Regarding to this, the government of the Hong Kong Special Administrative Region of the People’s Republic of China successfully supported the currency by paying the cost of having high interest rates.
Hong Kong dollar is pegged with the US dollar, at a rate of HK$7.8 to US$1 since 1983. This is due to the effort of the Hong Kong Government and the Hong Kong Monetary Authority (HKMA), the central bank of the Hong Kong. However, the economy is expected to enter one of the most severe recessions in the post-war period after the Asian Financial Crisis.
Section 2 in this paper will offer background information of the Linked Exchange Rate System. It defines how the monetary authorities defend the currency peg. Section 3 will summarize on how and why the Hong Kong dollar was under speculative attacks during the Asian Financial Crisis. Section 4 is a postscript on how the HK government reacts to the situation and the actions that was taken.
II. The Background of the Linked Exchange Rate SystemAs a small opened economy, the currency of Hong Kong was used to be backed by stronger currency, pound sterling at first and later, US dollar. There was only about nine years (1974 -1983) in which a floating exchange rate regime was adopted. By the end of 1983, under both external (speculative attacks) and internal (political uncertainty) factors, the authorities decided a fixed exchange rate regime and peg Hong Kong dollar with the US dollar at HK$7.8 to US$1. The latter is known as the “Linked Exchange Rate System”, which is effective since October 17, 1983.
The Linked Exchange Rate System is in practice a modified version of a classical currency board. A “classical” currency board is a system where there is no place for a central bank. The current Hong Kong’s currency board maintains certain functions of the HKMA as the central bank of the SAR. The rest of this subsection discusses their distinction.

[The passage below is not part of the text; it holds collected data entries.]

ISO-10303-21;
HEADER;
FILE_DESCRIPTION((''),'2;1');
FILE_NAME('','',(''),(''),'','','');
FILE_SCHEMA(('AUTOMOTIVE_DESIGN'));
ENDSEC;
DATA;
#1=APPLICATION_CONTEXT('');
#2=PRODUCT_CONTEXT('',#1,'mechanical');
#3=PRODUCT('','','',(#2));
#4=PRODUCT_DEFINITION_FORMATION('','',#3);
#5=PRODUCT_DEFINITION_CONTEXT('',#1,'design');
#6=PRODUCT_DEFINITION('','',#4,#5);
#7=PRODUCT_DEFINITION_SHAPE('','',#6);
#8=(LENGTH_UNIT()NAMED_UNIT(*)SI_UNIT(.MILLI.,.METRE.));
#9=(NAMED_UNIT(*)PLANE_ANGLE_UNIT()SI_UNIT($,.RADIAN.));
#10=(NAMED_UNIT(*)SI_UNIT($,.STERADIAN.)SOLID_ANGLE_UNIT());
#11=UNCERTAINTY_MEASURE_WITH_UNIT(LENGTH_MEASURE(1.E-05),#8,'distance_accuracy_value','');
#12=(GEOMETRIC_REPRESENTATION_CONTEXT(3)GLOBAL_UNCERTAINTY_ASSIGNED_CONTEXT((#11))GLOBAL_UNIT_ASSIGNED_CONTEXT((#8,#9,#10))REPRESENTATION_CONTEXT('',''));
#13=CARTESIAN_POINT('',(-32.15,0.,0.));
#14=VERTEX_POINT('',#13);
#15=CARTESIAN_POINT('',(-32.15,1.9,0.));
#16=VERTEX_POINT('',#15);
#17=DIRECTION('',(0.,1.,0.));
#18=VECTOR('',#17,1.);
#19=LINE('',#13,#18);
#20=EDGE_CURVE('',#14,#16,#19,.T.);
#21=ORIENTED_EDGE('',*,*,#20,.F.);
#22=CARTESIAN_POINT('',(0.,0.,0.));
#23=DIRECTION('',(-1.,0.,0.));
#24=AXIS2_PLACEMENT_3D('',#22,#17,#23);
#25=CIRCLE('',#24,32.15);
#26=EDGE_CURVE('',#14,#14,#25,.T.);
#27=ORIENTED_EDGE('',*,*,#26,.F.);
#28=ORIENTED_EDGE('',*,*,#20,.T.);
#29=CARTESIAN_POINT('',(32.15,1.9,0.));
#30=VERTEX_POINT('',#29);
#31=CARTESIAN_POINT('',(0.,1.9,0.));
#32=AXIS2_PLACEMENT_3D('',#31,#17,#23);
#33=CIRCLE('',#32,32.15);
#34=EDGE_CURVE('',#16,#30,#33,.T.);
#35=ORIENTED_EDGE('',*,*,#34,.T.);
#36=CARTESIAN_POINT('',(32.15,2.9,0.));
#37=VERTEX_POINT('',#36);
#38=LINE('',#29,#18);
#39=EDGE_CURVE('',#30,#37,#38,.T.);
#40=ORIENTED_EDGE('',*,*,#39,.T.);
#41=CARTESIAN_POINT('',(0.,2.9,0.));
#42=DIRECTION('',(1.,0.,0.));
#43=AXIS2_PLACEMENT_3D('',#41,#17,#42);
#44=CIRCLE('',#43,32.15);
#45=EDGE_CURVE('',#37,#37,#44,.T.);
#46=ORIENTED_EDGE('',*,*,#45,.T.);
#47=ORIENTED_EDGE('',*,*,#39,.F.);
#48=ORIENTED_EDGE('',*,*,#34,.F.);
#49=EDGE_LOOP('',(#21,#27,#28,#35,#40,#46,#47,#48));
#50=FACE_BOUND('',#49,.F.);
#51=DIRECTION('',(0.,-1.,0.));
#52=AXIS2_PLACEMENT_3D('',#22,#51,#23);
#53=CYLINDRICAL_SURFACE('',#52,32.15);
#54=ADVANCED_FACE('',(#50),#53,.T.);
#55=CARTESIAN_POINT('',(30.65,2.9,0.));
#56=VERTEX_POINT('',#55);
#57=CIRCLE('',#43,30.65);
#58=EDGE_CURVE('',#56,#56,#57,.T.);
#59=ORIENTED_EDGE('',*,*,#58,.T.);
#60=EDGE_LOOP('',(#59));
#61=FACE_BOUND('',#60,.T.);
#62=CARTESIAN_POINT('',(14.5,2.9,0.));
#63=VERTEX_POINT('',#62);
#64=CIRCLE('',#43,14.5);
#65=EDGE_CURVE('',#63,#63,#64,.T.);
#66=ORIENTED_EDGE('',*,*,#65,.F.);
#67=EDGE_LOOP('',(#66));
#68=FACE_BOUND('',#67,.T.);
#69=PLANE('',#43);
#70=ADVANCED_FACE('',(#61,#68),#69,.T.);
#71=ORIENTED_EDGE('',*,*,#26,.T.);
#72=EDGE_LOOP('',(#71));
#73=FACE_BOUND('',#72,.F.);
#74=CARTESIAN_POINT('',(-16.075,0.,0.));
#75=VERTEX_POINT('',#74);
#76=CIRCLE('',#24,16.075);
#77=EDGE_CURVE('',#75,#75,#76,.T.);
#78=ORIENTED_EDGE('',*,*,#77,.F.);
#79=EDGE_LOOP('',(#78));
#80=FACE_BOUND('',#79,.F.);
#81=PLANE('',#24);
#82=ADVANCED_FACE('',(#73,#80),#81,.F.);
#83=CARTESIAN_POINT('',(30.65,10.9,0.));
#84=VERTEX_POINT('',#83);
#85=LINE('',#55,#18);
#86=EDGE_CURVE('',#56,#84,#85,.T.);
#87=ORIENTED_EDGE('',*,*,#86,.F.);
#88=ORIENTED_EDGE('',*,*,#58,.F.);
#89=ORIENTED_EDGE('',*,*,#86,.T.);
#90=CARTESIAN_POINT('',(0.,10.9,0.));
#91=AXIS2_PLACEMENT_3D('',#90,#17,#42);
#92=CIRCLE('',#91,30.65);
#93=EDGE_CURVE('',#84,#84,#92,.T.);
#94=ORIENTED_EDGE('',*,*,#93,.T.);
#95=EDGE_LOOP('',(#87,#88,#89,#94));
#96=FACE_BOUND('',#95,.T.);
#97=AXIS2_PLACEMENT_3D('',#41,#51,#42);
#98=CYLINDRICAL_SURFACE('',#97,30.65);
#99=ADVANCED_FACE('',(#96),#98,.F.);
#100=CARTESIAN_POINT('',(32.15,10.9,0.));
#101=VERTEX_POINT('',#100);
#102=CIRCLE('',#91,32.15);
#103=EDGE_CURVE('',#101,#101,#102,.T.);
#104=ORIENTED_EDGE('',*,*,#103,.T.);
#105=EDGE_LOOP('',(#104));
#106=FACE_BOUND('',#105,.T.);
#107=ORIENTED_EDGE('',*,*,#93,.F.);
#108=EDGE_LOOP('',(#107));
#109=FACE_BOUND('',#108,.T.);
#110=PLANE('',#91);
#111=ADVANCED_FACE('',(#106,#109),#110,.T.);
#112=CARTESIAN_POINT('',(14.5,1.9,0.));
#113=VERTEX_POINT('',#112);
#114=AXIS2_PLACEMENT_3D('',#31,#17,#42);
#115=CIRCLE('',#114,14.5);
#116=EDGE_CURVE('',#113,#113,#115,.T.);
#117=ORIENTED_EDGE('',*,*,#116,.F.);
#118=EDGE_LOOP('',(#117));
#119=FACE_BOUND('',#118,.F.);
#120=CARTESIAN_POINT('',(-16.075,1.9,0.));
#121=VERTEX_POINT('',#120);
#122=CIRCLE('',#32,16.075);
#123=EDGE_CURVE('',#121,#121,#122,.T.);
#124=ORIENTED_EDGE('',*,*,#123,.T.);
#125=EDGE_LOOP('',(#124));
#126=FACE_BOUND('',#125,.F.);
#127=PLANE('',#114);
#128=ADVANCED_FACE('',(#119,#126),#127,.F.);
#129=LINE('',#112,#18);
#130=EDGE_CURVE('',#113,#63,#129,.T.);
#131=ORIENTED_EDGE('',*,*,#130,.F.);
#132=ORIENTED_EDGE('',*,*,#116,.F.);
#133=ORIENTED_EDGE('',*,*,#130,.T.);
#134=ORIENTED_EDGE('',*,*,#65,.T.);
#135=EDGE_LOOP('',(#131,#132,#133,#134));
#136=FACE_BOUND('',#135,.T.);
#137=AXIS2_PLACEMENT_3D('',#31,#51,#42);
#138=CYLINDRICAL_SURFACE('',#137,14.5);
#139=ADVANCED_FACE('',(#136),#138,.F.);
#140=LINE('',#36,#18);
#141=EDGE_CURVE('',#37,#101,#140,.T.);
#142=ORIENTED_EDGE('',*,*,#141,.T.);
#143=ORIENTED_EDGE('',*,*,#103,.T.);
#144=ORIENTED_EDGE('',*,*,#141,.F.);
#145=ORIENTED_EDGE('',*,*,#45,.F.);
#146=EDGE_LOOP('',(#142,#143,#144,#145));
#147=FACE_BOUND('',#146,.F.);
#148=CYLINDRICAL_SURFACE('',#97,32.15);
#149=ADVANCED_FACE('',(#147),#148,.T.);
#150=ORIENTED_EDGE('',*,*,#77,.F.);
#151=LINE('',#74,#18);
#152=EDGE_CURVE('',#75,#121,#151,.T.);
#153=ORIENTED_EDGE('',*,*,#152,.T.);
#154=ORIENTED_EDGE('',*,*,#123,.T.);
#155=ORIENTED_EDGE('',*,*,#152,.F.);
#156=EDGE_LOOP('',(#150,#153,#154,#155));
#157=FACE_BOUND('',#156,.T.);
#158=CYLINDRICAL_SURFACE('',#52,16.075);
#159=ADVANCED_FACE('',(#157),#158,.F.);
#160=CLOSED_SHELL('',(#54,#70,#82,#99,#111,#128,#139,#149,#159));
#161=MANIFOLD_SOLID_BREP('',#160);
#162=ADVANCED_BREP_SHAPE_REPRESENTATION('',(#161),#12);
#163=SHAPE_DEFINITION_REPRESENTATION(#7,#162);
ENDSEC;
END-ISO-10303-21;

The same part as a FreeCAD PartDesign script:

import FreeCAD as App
import Part
import Sketcher
Q = App.Units.Quantity

doc = App.newDocument("Part")
body = doc.addObject("PartDesign::Body", "Body")

sketch1 = doc.addObject("Sketcher::SketchObject", "Sketch")
body.addObject(sketch1)
sketch1.AttachmentSupport = (doc.XZ_Plane, [""])
sketch1.MapMode = "FlatFace"
sketch1.addGeometry([
    Part.Circle(App.Vector(0, 0, 0), App.Vector(0, 0, 1), 32),
    Part.Circle(App.Vector(0, 0, 0), App.Vector(0, 0, 1), 16),
], False)
sketch1.addConstraint([
    Sketcher.Constraint("Coincident", 0, 3, -1, 1),
    Sketcher.Constraint("Coincident", 1, 3, -1, 1),
    Sketcher.Constraint("Diameter", 0, Q("64.3 mm")),
    Sketcher.Constraint("Diameter", 1, Q("32.15 mm")),
])
pad1 = doc.addObject("PartDesign::Pad", "Pad")
body.addObject(pad1)
pad1.Profile = sketch1
pad1.Length = 1.9
pad1.Reversed = True

sketch2 = doc.addObject("Sketcher::SketchObject", "Sketch001")
body.addObject(sketch2)
sketch2.AttachmentSupport = (doc.XZ_Plane, [""])
sketch2.MapMode = "FlatFace"
sketch2.AttachmentOffset = App.Placement(App.Vector(0, 0, -1.9), App.Rotation())
sketch2.addGeometry([
    Part.Circle(App.Vector(0, 0, 0), App.Vector(0, 0, 1), 32),
    Part.Circle(App.Vector(0, 0, 0), App.Vector(0, 0, 1), 14),
], False)
sketch2.addConstraint([
    Sketcher.Constraint("Coincident", 0, 3, -1, 1),
    Sketcher.Constraint("Coincident", 1, 3, -1, 1),
    Sketcher.Constraint("Diameter", 1, Q("29 mm")),
    Sketcher.Constraint("Diameter", 0, Q("64.3 mm")),
])
pad2 = doc.addObject("PartDesign::Pad", "Pad001")
body.addObject(pad2)
pad2.Profile = sketch2
pad2.Length = 1
pad2.Reversed = True

sketch3 = doc.addObject("Sketcher::SketchObject", "Sketch002")
body.addObject(sketch3)
sketch3.AttachmentSupport = (doc.XZ_Plane, [""])
sketch3.MapMode = "FlatFace"
sketch3.AttachmentOffset = App.Placement(App.Vector(0, 0, -2.9), App.Rotation())
sketch3.addGeometry([
    Part.Circle(App.Vector(0, 0, 0), App.Vector(0, 0, 1), 32),
    Part.Circle(App.Vector(0, 0, 0), App.Vector(0, 0, 1), 31),
], False)
sketch3.addConstraint([
    Sketcher.Constraint("Coincident", 0, 3, -1, 1),
    Sketcher.Constraint("Coincident", 1, 3, -1, 1),
    Sketcher.Constraint("Diameter", 0, Q("64.3 mm")),
    Sketcher.Constraint("Diameter", 1, Q("61.3 mm")),
])
pad3 = doc.addObject("PartDesign::Pad", "Pad002")
body.addObject(pad3)
pad3.Profile = sketch3
pad3.Length = 8
pad3.Reversed = True

doc.recompute()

In general, currency board refers to “a monetary institution that issues base money solely in exchange for foreign assets, specifically the reserve currency.” (Williamson, 1995, p.2)With the currency board, the monetary authorities can not change money supply at will. If the currency board would like to issue new cash, it must first increase its stock of the chosen reserve currency given certain fixed exchange rate stipulated by law. Which means the supply of home currency can increase only when commercial banks puts an equal amount of reserve currency in the currency board.
Usually, the foreign reserve is more than the monetary base (cash in circulation plus deposits from commercial banks), so there is a net worth on the liabilities side that equals to the excess amount of foreign reserve. With buying or selling domestic credits, the central bank can perform open market operations and sterilized intervention of exchange rate. The currency board can stabilize the value of the home currency to a stronger one. This is an attractive feature for small countries. With people having confidence in this monetary system and the fixed exchange rate, a stable economic environment will promote trade, and investment.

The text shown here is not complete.